2. Based on a physiologically structured population model using the European perch (Perca fluviatilis), analysis was performed on how prey density (bream, Abramis brama), initial size differences in the young-of-the-year (YOY) age cohort of the predator, and phenology (time-gap in hatching of predator and prey) influence the size structure of the predator cohort.
3. In relation to the seasonality of reproduction, the match situation of the predator–prey system occurred when perch hatched earlier than bream and when no gape-size limitations existed, leading to decreased size divergence in the predator age cohort. Decreased size divergence was also found when bream hatched much earlier than perch, preventing perch predation on bream occurring, which, in turn, increased the competitive interaction of the perch with bream for the common prey, zooplankton; i.e. the mismatch situation in which also the mean size of the age cohort of the predator decreased.
4. In between the total match and the mismatch, however, only the largest individuals of the perch age cohort were able to prey on the bream, while smaller conspecifics got trapped in competition with each other and with bream for zooplankton, leading to enlarged differences in growth that increased size divergence.

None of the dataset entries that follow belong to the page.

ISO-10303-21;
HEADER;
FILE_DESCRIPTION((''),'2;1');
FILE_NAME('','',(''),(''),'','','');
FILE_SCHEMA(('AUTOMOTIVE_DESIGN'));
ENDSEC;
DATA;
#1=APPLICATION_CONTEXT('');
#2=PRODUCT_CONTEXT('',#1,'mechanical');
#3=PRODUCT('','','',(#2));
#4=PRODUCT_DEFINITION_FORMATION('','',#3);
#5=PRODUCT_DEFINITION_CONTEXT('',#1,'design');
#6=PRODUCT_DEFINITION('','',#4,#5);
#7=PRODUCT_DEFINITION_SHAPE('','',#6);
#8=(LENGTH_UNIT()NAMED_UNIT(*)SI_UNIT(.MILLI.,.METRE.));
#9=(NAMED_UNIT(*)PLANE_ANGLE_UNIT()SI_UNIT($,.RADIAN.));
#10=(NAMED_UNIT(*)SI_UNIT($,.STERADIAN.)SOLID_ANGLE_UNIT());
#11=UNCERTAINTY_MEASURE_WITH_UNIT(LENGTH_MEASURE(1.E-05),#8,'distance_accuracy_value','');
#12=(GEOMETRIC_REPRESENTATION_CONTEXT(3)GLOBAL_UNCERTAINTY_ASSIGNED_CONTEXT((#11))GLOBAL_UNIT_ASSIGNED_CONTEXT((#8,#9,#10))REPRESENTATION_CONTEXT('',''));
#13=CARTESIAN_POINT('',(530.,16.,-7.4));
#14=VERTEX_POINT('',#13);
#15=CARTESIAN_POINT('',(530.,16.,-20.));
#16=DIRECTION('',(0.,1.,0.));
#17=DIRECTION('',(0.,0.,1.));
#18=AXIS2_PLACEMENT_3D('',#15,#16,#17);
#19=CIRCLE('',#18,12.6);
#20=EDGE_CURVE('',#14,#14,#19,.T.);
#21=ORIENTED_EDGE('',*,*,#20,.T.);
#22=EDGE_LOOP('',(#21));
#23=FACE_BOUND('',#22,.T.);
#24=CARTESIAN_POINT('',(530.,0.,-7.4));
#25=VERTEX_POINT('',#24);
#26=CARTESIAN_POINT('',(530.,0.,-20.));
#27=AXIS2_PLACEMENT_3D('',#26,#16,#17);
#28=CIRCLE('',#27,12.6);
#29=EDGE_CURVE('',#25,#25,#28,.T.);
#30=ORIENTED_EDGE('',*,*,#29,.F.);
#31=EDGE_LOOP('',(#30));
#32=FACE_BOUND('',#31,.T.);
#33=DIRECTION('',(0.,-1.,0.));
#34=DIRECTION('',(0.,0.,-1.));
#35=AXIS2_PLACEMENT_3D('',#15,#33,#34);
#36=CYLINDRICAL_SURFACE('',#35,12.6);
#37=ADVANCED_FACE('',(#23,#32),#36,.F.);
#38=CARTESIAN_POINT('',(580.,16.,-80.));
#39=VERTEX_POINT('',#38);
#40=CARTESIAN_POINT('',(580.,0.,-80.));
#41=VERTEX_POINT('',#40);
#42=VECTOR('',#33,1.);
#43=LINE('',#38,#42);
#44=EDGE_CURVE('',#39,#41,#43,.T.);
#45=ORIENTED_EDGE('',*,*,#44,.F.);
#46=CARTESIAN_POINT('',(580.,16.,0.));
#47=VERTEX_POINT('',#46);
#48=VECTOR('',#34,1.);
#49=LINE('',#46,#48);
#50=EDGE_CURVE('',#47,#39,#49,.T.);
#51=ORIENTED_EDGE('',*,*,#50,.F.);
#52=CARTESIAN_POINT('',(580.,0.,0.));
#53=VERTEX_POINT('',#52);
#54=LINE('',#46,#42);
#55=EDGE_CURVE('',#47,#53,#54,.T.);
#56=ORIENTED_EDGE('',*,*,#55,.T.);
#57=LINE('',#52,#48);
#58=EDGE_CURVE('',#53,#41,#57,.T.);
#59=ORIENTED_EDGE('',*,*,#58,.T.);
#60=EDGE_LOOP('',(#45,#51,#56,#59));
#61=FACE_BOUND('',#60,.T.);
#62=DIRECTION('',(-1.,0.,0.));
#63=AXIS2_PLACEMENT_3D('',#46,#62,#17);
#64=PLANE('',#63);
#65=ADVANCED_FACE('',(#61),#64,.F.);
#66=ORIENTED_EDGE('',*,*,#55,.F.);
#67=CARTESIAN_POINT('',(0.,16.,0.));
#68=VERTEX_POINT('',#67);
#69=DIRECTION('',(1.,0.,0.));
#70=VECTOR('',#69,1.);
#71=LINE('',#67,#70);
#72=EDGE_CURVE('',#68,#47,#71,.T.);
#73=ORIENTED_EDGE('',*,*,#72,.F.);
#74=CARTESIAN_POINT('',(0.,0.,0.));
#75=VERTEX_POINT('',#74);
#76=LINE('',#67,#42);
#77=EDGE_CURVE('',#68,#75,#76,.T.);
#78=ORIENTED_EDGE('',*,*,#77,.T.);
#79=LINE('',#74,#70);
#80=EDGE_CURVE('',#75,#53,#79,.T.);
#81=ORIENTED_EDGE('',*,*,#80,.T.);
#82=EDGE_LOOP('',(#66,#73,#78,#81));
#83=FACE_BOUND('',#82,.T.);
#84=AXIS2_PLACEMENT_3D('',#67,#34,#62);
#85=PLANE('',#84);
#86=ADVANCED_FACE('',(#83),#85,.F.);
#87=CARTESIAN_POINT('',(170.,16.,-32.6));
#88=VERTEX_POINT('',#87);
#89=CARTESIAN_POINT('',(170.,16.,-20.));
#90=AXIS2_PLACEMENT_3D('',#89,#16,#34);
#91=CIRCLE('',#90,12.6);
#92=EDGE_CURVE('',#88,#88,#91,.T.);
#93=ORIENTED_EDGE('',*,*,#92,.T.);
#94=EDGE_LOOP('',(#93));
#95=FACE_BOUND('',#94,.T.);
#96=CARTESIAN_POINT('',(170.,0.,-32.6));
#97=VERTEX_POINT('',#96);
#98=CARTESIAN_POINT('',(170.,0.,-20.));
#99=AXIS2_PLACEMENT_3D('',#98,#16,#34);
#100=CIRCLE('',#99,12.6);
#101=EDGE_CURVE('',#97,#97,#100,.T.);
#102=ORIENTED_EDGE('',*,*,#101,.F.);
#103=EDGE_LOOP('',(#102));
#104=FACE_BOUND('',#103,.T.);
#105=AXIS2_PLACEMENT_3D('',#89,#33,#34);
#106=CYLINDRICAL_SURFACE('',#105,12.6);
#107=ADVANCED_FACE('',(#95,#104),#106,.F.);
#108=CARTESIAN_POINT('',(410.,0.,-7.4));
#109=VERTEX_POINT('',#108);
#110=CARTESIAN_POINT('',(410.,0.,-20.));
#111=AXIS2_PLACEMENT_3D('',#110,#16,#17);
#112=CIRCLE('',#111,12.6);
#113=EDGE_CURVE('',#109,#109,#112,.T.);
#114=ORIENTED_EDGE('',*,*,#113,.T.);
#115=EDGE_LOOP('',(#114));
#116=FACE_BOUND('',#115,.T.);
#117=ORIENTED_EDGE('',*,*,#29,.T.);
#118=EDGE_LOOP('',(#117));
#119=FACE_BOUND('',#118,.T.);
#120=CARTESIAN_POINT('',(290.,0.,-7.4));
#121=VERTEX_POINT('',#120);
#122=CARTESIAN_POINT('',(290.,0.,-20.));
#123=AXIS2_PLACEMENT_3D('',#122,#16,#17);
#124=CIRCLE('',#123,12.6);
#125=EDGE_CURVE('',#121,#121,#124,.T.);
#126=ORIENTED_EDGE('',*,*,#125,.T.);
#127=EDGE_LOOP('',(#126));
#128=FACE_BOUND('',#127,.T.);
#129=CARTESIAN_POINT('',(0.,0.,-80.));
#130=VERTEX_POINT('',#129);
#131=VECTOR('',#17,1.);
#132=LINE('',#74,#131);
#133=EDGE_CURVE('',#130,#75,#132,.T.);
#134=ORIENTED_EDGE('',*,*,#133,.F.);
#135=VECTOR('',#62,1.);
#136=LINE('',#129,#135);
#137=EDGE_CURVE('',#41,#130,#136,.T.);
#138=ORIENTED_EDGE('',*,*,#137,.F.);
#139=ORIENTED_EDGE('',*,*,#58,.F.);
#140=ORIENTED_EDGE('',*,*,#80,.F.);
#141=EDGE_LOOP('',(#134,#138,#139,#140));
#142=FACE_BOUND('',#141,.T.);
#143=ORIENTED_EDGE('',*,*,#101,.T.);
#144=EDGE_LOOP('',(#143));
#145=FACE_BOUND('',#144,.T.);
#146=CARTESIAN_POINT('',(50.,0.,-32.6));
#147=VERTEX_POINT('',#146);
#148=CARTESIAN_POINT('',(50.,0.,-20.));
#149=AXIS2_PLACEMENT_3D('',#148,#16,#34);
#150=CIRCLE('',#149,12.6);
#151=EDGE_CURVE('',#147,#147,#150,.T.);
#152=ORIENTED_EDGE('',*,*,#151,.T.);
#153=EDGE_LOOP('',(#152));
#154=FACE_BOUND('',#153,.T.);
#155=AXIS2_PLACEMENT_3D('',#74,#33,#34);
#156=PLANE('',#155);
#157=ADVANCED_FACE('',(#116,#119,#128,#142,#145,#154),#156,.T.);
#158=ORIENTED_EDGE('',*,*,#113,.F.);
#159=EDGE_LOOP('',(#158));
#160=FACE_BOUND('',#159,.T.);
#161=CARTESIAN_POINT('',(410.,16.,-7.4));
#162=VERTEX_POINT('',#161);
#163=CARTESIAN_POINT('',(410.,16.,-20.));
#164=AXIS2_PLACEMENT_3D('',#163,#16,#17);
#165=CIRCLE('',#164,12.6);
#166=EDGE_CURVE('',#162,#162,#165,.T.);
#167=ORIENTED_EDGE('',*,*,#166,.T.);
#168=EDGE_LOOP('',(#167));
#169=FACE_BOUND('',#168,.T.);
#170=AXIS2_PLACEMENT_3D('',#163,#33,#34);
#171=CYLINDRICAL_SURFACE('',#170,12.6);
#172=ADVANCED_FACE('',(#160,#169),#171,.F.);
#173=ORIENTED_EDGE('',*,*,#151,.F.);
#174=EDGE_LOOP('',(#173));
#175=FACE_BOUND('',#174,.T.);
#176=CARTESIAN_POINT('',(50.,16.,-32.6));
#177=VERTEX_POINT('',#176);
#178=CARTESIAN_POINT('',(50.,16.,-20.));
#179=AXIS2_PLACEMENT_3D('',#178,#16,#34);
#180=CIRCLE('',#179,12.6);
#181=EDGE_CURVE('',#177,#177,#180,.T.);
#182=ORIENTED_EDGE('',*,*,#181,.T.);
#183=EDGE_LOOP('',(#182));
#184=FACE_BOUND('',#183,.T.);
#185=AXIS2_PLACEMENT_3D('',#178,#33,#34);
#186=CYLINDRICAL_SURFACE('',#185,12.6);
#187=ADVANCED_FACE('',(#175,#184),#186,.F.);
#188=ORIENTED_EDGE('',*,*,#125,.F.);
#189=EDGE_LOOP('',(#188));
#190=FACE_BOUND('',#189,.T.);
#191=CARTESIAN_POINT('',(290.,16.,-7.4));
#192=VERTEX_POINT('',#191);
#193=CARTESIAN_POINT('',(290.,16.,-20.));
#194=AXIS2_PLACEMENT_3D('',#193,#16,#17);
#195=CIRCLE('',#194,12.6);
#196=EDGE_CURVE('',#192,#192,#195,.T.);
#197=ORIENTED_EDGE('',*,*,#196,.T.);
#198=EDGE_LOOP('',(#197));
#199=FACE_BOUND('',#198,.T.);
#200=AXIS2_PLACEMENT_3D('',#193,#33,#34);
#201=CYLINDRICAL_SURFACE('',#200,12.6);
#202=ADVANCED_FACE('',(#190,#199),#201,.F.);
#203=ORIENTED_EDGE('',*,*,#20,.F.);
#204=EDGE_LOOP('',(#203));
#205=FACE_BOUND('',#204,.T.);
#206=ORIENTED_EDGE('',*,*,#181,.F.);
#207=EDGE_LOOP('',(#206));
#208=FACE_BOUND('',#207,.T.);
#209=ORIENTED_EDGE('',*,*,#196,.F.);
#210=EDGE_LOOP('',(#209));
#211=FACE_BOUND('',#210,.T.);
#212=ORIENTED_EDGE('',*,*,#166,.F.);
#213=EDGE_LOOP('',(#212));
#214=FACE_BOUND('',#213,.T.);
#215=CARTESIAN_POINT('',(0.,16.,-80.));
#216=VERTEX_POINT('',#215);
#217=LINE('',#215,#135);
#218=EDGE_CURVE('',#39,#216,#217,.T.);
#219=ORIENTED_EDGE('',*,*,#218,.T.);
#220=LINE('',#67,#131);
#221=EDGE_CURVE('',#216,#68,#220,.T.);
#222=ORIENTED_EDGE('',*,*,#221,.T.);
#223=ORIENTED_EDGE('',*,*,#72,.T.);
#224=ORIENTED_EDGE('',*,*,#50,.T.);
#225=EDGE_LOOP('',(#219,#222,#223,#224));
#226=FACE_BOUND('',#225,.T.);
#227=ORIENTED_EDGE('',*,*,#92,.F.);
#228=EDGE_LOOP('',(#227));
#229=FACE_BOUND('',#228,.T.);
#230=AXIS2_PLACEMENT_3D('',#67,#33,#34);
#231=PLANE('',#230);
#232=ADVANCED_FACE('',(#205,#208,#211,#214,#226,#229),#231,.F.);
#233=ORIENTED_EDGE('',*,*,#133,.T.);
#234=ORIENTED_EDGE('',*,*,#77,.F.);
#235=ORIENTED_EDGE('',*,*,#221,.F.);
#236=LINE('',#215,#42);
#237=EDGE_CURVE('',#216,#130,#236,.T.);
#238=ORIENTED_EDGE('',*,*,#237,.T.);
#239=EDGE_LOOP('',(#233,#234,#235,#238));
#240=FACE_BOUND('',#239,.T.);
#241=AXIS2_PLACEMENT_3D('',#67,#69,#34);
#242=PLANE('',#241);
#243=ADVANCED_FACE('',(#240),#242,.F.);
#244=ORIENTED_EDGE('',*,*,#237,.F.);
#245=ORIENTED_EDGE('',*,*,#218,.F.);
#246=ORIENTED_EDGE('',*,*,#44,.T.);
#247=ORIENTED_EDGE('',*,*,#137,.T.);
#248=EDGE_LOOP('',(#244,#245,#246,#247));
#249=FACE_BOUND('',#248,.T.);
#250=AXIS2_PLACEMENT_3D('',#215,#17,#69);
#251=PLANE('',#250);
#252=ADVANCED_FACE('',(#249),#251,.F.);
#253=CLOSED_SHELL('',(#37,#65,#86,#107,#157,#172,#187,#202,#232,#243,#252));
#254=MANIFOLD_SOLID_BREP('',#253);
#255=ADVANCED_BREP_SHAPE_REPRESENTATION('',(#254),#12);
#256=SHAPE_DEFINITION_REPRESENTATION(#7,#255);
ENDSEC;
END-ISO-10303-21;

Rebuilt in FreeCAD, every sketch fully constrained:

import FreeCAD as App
import Part
import Sketcher

V = App.Vector
Q = App.Units.Quantity

doc = App.newDocument("Part")
body = doc.addObject("PartDesign::Body", "Body")

# Sketch on XZ plane
sketch1 = body.newObject("Sketcher::SketchObject", "Sketch")
sketch1.AttachmentSupport = (doc.getObject("XZ_Plane"), [""])
sketch1.MapMode = "FlatFace"
sketch1.addGeometry([
    Part.LineSegment(V(0, -80, 0), V(0, 0, 0)),  # 0
    Part.LineSegment(V(0, 0, 0), V(580, 0, 0)),  # 1
    Part.LineSegment(V(580, 0, 0), V(580, -80, 0)),  # 2
    Part.LineSegment(V(580, -80, 0), V(0, -80, 0)),  # 3
    Part.Circle(V(50, -20, 0), V(0, 0, 1), 12.6),  # 4
    Part.Circle(V(170, -20, 0), V(0, 0, 1), 12.6),  # 5
    Part.Circle(V(290, -20, 0), V(0, 0, 1), 12.6),  # 6
    Part.Circle(V(410, -20, 0), V(0, 0, 1), 12.6),  # 7
    Part.Circle(V(530, -20, 0), V(0, 0, 1), 12.6),  # 8
], False)
sketch1.addConstraint([
    Sketcher.Constraint("Coincident", 0, 2, 1, 1),
    Sketcher.Constraint("Coincident", 1, 2, 2, 1),
    Sketcher.Constraint("Coincident", 2, 2, 3, 1),
    Sketcher.Constraint("Coincident", 3, 2, 0, 1),
    Sketcher.Constraint("Vertical", 0),
    Sketcher.Constraint("Horizontal", 1),
    Sketcher.Constraint("Vertical", 2),
    Sketcher.Constraint("Horizontal", 3),
    Sketcher.Constraint("Coincident", 0, 2, -1, 1),
    Sketcher.Constraint("Equal", 4, 5),
    Sketcher.Constraint("Equal", 5, 6),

5. The modelling results were combined with 7 years of field data in a lake, where large differences in the length-frequency distribution of YOY perch were observed after their first summer. These field data corroborate that phenology and prey density per predator are important mechanisms in determining size differences within the YOY age cohort of the predator.
6. The results demonstrate that the switch between competitive interactions and a predator–prey relationship depended on phenology. This resulted in pronounced size differences in the YOY age cohort, which had far-reaching consequences for the entire predator population.